Refugees Express Their Hopes at Romanian Art Workshop

Waiting to be resettled, refugees in transit keep cheerful by painting on T-shirt

Ameira Hasaballah, originally from Libya, is painting a T-shirt. She uses vivid yellows and reds to depict a majestic tree with strong roots. “When I left Libya, my father told me I needed to be strong for my kids, as strong as the roots of a tree,” she says.

Ameira, 34, is taking part in an art workshop, organised by UNHCR and its partner AIDRom (the Ecumenical Association of Churches from Romania), to comfort and encourage refugees through the COVID-19 pandemic.

When a group of 45 refugees evacuated from Libya arrived at the Emergency Transit Center (ETC) in Timișoara in March 2020, everyone thought they would be spending no more than a couple of months there before moving on to new homes in countries accepting them for resettlement.

But the pandemic and ensuing lockdown forced a change of plan and delayed their departure. Knowing how disappointed and frustrated the refugees would be feeling, UNHCR Romania and AIDRom stepped in to protect their health and keep their spirits up.

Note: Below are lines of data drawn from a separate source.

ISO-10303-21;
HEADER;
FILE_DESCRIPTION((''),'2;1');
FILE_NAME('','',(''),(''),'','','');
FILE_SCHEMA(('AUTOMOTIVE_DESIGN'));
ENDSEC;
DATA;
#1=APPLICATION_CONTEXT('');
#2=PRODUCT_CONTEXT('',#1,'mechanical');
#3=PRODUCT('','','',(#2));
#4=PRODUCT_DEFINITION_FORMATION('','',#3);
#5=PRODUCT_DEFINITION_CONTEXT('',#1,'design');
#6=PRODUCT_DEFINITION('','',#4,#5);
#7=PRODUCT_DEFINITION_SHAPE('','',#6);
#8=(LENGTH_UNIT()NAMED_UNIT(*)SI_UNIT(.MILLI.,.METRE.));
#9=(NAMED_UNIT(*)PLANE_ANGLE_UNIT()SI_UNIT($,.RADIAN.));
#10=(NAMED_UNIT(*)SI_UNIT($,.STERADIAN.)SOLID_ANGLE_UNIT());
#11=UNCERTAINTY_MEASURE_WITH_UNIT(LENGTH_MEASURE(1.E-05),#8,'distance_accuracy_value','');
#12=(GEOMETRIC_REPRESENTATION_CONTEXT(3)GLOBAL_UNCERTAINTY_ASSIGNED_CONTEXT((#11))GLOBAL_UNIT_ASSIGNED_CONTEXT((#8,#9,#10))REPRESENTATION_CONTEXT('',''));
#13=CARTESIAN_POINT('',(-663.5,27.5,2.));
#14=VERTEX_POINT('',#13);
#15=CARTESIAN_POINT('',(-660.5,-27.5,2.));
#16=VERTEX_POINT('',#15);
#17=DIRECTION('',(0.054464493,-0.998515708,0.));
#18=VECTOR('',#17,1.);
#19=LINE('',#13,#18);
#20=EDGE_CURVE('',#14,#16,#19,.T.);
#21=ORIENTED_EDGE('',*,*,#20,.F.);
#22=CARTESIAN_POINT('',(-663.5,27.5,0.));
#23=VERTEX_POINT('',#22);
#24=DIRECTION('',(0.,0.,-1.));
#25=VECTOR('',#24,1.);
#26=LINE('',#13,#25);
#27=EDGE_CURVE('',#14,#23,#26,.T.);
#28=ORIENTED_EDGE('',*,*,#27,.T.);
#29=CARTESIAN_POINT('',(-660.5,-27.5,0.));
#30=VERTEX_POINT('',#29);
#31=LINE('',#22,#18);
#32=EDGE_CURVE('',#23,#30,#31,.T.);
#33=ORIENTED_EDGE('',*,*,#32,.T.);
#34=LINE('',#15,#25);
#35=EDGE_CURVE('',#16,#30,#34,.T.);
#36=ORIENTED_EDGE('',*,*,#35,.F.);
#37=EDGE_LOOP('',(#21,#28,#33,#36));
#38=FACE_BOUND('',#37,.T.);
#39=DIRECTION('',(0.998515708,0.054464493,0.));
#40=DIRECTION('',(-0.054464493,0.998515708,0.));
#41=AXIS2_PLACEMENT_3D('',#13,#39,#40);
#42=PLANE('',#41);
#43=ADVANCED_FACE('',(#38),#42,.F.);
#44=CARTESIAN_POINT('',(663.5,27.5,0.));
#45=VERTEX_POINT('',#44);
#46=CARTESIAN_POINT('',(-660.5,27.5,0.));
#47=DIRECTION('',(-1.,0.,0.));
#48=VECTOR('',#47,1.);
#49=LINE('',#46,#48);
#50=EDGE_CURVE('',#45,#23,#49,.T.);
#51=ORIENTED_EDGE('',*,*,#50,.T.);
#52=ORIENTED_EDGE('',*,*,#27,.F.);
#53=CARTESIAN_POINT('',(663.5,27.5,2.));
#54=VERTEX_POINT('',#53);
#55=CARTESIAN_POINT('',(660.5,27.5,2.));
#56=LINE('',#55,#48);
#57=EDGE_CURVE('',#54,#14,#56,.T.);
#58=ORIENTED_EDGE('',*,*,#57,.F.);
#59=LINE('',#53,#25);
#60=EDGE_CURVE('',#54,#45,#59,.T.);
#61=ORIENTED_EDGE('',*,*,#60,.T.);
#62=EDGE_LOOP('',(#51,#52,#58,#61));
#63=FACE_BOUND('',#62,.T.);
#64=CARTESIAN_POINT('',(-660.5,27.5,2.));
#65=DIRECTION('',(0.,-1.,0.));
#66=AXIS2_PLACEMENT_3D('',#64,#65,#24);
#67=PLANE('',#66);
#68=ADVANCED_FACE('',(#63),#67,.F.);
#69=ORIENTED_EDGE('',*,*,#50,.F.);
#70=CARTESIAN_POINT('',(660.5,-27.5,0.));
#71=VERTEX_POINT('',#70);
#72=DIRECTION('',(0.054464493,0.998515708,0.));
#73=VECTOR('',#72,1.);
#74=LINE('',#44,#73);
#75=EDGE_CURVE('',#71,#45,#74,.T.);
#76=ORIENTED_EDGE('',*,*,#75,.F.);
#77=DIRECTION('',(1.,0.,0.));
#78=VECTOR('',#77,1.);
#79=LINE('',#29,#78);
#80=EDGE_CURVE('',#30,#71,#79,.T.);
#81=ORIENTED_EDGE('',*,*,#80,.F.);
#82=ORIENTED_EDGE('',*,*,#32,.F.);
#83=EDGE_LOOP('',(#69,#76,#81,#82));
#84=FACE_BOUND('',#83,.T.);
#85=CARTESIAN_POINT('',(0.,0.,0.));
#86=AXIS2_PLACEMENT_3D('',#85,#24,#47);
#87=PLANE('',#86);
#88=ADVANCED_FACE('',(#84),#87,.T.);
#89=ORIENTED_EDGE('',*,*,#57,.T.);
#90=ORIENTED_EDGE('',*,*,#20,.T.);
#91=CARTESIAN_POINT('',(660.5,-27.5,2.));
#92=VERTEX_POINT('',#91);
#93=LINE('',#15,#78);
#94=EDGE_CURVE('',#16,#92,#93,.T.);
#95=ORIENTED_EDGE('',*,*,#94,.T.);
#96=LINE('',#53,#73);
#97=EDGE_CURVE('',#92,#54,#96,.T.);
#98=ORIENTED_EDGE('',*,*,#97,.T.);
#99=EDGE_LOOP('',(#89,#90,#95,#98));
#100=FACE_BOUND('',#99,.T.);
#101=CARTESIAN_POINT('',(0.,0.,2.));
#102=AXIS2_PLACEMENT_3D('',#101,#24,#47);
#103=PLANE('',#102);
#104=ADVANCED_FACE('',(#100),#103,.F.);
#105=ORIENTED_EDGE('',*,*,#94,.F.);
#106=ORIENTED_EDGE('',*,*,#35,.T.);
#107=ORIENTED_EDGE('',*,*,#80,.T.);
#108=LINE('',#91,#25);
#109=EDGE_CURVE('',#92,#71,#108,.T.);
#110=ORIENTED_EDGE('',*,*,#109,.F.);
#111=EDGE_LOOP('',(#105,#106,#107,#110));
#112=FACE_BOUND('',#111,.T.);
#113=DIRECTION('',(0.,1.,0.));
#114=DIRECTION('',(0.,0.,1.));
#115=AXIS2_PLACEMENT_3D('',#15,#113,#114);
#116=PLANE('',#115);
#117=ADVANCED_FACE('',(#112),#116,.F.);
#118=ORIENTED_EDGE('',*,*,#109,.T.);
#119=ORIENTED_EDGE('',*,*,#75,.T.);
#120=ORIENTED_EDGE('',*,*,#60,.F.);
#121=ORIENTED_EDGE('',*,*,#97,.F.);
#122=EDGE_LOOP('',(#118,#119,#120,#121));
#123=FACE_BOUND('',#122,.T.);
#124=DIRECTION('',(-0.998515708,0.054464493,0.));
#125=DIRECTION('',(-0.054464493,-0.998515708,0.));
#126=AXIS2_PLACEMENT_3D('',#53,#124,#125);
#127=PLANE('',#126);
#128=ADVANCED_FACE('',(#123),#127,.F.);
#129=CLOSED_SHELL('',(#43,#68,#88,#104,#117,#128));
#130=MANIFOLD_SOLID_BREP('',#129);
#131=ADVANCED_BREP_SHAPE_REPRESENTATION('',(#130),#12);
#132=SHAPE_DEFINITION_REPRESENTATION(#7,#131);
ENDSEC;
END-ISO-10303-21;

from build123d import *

# Parameters (mm, degrees)
BOSS_EXTRUDE1_DEPTH = 2


with BuildPart() as part:
    # Sketch1 → Boss-Extrude1 (new body)
    with BuildSketch(Plane.XY):
        Polygon((-660.5, 27.5), (-663.5, 27.5), (-660.5, -27.5), (660.5, -27.5), (663.5, 27.5), (660.5, 27.5), align=None)
    extrude(amount=BOSS_EXTRUDE1_DEPTH)


solid = part.part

Art is a form of coping with all the changes in their lives, especially in the context of the pandemic. It helps amplify their emotions and keeps their hopes alive

On a sunny morning, staff at the ETC prepare for the workshop, which will be led by Romanian artist Livia Mateiaș. Tables are lined up in the yard and colourful painting sets and white T-shirts are laid out. Refugees gather round. Unable to contain their enthusiasm, the children immediately start drawing on large sheets of paper.

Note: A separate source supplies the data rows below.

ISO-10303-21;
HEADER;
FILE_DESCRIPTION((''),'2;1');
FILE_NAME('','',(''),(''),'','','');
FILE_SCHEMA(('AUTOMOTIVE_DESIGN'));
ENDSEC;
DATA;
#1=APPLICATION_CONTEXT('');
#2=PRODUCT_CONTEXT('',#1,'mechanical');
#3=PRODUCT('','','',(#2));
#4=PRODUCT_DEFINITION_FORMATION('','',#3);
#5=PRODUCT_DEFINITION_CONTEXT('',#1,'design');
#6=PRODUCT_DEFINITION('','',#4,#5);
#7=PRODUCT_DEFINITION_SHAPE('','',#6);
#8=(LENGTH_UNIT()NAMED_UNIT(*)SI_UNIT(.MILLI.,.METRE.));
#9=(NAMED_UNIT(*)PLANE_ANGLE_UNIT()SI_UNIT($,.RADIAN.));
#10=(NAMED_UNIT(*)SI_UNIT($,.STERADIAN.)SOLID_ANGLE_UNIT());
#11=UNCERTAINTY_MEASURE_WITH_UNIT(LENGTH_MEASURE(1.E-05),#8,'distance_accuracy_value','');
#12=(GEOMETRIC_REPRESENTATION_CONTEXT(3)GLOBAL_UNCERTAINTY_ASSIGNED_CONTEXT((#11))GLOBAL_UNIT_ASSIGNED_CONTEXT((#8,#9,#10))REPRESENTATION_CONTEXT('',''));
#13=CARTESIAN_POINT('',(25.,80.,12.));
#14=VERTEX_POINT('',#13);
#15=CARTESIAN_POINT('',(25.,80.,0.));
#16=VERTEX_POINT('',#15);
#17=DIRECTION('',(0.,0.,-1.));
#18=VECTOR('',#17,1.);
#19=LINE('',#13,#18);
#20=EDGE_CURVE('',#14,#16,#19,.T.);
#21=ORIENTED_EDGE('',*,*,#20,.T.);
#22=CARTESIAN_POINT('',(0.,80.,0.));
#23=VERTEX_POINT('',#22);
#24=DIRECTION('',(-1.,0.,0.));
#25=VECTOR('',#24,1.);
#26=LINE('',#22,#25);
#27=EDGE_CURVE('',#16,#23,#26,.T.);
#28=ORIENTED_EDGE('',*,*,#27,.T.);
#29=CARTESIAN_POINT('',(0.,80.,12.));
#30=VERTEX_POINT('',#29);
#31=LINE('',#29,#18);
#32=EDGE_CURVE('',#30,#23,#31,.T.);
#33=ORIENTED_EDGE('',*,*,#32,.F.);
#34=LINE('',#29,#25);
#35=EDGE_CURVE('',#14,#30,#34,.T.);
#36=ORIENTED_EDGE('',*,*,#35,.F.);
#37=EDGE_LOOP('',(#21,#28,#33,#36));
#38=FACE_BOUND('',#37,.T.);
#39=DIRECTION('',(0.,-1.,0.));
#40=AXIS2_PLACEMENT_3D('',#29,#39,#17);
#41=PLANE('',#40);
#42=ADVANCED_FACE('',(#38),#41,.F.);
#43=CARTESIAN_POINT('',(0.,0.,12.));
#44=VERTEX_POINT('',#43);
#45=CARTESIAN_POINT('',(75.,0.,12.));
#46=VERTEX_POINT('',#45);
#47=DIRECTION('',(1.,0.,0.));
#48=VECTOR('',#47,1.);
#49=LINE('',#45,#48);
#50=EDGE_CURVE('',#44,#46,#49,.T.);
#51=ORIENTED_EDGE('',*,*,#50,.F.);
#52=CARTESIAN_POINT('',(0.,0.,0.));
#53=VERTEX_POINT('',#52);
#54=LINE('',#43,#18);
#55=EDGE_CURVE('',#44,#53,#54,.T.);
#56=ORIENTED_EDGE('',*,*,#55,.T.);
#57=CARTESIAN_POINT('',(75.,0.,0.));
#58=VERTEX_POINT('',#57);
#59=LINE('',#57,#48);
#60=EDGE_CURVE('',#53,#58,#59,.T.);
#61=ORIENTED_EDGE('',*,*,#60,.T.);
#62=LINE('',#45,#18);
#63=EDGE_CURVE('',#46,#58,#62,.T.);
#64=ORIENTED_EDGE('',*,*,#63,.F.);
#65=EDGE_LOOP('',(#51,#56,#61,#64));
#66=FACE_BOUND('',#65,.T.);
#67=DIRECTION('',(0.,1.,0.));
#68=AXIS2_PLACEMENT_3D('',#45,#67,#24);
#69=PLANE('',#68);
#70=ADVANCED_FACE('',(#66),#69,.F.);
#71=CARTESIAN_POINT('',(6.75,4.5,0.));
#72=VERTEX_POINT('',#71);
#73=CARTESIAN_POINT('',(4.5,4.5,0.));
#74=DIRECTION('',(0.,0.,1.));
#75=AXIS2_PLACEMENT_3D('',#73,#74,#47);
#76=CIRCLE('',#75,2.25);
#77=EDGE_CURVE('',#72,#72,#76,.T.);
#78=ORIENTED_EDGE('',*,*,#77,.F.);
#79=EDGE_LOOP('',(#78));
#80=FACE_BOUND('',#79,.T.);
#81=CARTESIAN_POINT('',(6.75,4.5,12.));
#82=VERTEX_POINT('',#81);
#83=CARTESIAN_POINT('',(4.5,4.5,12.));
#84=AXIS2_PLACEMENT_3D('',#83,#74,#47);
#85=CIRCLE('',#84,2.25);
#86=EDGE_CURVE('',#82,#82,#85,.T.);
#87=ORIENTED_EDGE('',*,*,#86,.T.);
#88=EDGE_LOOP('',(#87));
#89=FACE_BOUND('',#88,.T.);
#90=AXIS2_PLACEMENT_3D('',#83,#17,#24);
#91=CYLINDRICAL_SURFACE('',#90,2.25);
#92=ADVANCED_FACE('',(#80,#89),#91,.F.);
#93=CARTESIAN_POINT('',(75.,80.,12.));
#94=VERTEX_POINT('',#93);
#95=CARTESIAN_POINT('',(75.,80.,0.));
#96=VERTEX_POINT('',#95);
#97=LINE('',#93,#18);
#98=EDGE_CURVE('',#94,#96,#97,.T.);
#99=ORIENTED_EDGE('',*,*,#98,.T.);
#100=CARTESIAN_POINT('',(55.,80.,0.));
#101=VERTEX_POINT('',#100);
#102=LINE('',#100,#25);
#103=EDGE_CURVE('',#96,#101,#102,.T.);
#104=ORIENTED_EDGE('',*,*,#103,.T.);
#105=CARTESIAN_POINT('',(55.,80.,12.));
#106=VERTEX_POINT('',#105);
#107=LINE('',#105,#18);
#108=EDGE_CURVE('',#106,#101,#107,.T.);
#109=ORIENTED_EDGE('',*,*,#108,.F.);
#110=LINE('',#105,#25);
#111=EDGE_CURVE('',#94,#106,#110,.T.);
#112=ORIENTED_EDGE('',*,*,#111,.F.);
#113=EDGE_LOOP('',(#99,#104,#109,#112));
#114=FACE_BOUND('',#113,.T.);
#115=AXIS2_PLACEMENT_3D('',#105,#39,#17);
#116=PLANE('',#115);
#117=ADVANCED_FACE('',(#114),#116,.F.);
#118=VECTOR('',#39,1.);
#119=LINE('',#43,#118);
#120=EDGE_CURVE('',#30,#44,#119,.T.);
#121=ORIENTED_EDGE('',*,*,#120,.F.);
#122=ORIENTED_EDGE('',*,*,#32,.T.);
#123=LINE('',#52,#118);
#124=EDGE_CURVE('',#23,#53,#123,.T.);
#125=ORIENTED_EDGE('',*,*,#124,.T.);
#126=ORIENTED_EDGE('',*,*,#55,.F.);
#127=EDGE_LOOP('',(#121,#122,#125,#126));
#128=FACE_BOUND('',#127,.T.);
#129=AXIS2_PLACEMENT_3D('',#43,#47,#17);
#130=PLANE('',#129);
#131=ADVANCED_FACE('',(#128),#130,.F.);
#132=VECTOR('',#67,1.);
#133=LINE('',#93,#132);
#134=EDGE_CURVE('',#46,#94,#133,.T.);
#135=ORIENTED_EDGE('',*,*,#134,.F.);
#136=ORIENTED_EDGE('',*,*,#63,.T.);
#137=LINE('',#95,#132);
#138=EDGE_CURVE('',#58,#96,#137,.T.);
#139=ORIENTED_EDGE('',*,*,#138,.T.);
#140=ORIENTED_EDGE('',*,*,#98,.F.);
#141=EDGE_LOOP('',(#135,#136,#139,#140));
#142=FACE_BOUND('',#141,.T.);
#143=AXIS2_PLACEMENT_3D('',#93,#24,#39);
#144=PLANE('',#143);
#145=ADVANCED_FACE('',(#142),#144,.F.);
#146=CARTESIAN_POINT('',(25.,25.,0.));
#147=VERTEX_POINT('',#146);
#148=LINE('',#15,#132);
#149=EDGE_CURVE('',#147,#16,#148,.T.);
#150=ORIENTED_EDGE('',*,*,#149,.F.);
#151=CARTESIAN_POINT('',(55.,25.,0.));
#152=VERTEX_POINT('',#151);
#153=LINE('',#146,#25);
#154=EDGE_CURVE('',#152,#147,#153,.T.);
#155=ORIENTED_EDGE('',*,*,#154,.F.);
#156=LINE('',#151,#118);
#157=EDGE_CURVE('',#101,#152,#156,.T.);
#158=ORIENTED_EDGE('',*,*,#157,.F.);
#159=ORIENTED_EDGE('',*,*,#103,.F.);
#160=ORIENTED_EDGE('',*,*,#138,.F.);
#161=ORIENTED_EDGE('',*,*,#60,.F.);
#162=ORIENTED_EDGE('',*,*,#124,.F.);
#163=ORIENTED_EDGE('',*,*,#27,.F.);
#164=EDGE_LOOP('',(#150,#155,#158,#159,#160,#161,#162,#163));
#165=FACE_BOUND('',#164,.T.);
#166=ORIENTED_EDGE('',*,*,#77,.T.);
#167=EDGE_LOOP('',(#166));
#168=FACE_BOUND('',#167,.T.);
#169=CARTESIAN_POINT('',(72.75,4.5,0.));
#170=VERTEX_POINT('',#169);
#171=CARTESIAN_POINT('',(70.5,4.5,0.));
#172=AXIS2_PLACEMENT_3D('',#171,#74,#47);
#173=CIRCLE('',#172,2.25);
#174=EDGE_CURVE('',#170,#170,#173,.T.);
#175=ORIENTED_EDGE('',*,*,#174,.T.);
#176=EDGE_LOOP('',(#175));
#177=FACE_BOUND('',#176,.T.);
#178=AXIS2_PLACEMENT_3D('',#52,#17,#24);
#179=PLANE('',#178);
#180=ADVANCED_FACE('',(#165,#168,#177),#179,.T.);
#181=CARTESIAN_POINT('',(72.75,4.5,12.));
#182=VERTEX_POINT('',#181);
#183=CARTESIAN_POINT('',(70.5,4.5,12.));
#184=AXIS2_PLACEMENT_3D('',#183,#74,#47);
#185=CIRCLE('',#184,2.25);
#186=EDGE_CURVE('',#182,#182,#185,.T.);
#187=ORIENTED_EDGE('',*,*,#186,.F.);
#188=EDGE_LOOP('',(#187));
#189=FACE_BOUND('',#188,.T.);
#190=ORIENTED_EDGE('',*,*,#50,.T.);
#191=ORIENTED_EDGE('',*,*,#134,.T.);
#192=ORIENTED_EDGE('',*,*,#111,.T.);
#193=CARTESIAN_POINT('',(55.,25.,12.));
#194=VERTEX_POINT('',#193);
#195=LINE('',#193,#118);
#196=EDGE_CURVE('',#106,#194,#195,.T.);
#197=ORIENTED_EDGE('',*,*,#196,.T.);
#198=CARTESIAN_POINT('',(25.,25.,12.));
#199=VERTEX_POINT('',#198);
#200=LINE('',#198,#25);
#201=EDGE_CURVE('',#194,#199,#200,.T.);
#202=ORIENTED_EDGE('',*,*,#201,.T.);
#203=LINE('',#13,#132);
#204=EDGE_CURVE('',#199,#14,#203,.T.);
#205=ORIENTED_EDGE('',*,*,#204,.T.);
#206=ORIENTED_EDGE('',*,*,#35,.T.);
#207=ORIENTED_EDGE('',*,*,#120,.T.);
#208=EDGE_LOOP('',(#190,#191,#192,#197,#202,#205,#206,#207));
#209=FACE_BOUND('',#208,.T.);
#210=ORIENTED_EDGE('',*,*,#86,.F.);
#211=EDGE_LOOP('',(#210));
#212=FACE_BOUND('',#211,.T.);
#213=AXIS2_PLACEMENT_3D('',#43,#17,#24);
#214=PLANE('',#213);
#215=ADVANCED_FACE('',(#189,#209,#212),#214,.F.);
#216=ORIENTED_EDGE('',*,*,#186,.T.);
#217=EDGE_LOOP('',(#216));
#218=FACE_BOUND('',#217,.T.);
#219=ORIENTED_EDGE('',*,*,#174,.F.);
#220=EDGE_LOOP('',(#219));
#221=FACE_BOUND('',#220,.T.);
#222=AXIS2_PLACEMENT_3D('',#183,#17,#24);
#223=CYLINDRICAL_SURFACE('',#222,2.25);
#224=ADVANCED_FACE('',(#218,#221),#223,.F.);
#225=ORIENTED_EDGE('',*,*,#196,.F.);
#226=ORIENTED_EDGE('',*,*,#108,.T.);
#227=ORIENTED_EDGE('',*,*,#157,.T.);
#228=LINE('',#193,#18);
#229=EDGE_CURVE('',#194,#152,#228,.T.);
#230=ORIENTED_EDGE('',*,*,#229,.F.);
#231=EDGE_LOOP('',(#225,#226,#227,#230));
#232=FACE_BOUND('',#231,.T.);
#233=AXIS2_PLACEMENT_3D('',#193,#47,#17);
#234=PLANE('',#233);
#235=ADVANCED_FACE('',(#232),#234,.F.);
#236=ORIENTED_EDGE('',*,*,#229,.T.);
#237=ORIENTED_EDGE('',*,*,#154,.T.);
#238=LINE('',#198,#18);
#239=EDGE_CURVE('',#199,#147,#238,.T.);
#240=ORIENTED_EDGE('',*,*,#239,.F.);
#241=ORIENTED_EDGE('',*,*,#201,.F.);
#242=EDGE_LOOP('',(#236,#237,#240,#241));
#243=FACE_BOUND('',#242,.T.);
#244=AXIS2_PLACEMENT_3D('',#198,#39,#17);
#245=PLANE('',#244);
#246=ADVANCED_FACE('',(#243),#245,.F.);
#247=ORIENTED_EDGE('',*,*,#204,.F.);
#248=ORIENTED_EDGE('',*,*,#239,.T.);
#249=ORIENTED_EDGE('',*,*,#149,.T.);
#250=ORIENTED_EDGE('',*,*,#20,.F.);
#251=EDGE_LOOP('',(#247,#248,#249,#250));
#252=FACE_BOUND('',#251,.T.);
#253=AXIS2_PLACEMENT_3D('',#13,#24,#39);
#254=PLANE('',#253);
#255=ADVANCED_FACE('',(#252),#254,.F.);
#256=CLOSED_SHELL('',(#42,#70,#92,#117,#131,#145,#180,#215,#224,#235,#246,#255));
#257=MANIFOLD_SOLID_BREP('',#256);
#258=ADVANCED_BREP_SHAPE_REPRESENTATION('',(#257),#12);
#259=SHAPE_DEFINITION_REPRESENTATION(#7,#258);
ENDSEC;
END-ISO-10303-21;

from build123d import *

# Parameters (mm, degrees)
SKETCH2_R           = 2.25
BOSS_EXTRUDE1_DEPTH = 12


with BuildPart() as part:
    # Sketch2 → Boss-Extrude1 (new body)
    with BuildSketch(Plane.XY):
        Polygon((0, 0), (0, 80), (25, 80), (25, 25), (55, 25), (55, 80), (75, 80), (75, 0), align=None)
        with Locations((70.5, 4.5)):
            Circle(SKETCH2_R, mode=Mode.SUBTRACT)
        with Locations((4.5, 4.5)):
            Circle(SKETCH2_R, mode=Mode.SUBTRACT)
    extrude(amount=BOSS_EXTRUDE1_DEPTH)


solid = part.part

The past months have been difficult for the refugees. To help them pass the time and reduce anxiety, UNHCR proposed various activities, from sports to language classes. Now Livia invites them to shape their thoughts and emotions on T-shirts, as art can be healing.

Ameira has been through some traumatic experiences. Born in war-torn Libya, she married in 2014 and moved with her husband to Sudan. But the couple found nothing but insecurity there.

In 2018, her husband set off by sea to try and find a new life in Europe. “I never heard from him again,” she says. “I looked everywhere but there was no sign of him. He was declared a missing person. My life was crushed.”

Ameira returned to Libya, eight months pregnant with her second child. Her two sons, Shareef, 5, and Ameer, one, are with her now at the ETC.

When circumstances allow, they will start a new life in Norway. “I will have a chance of normality,” she says. “I am looking forward to finally settling in Norway, where they have real rights for women and children.”

When the workshop ends, a dozen painted T-shirts are drying on the grass, carrying the dreams of the refugees into the future

“It is so touching to see refugees using art to make themselves heard,” says Nisreen Rubaian, UNHCR’s Representative in Romania. “Art is a form of coping with all the changes in their lives, especially in the context of the pandemic. It helps amplify their emotions and keeps their hopes alive.”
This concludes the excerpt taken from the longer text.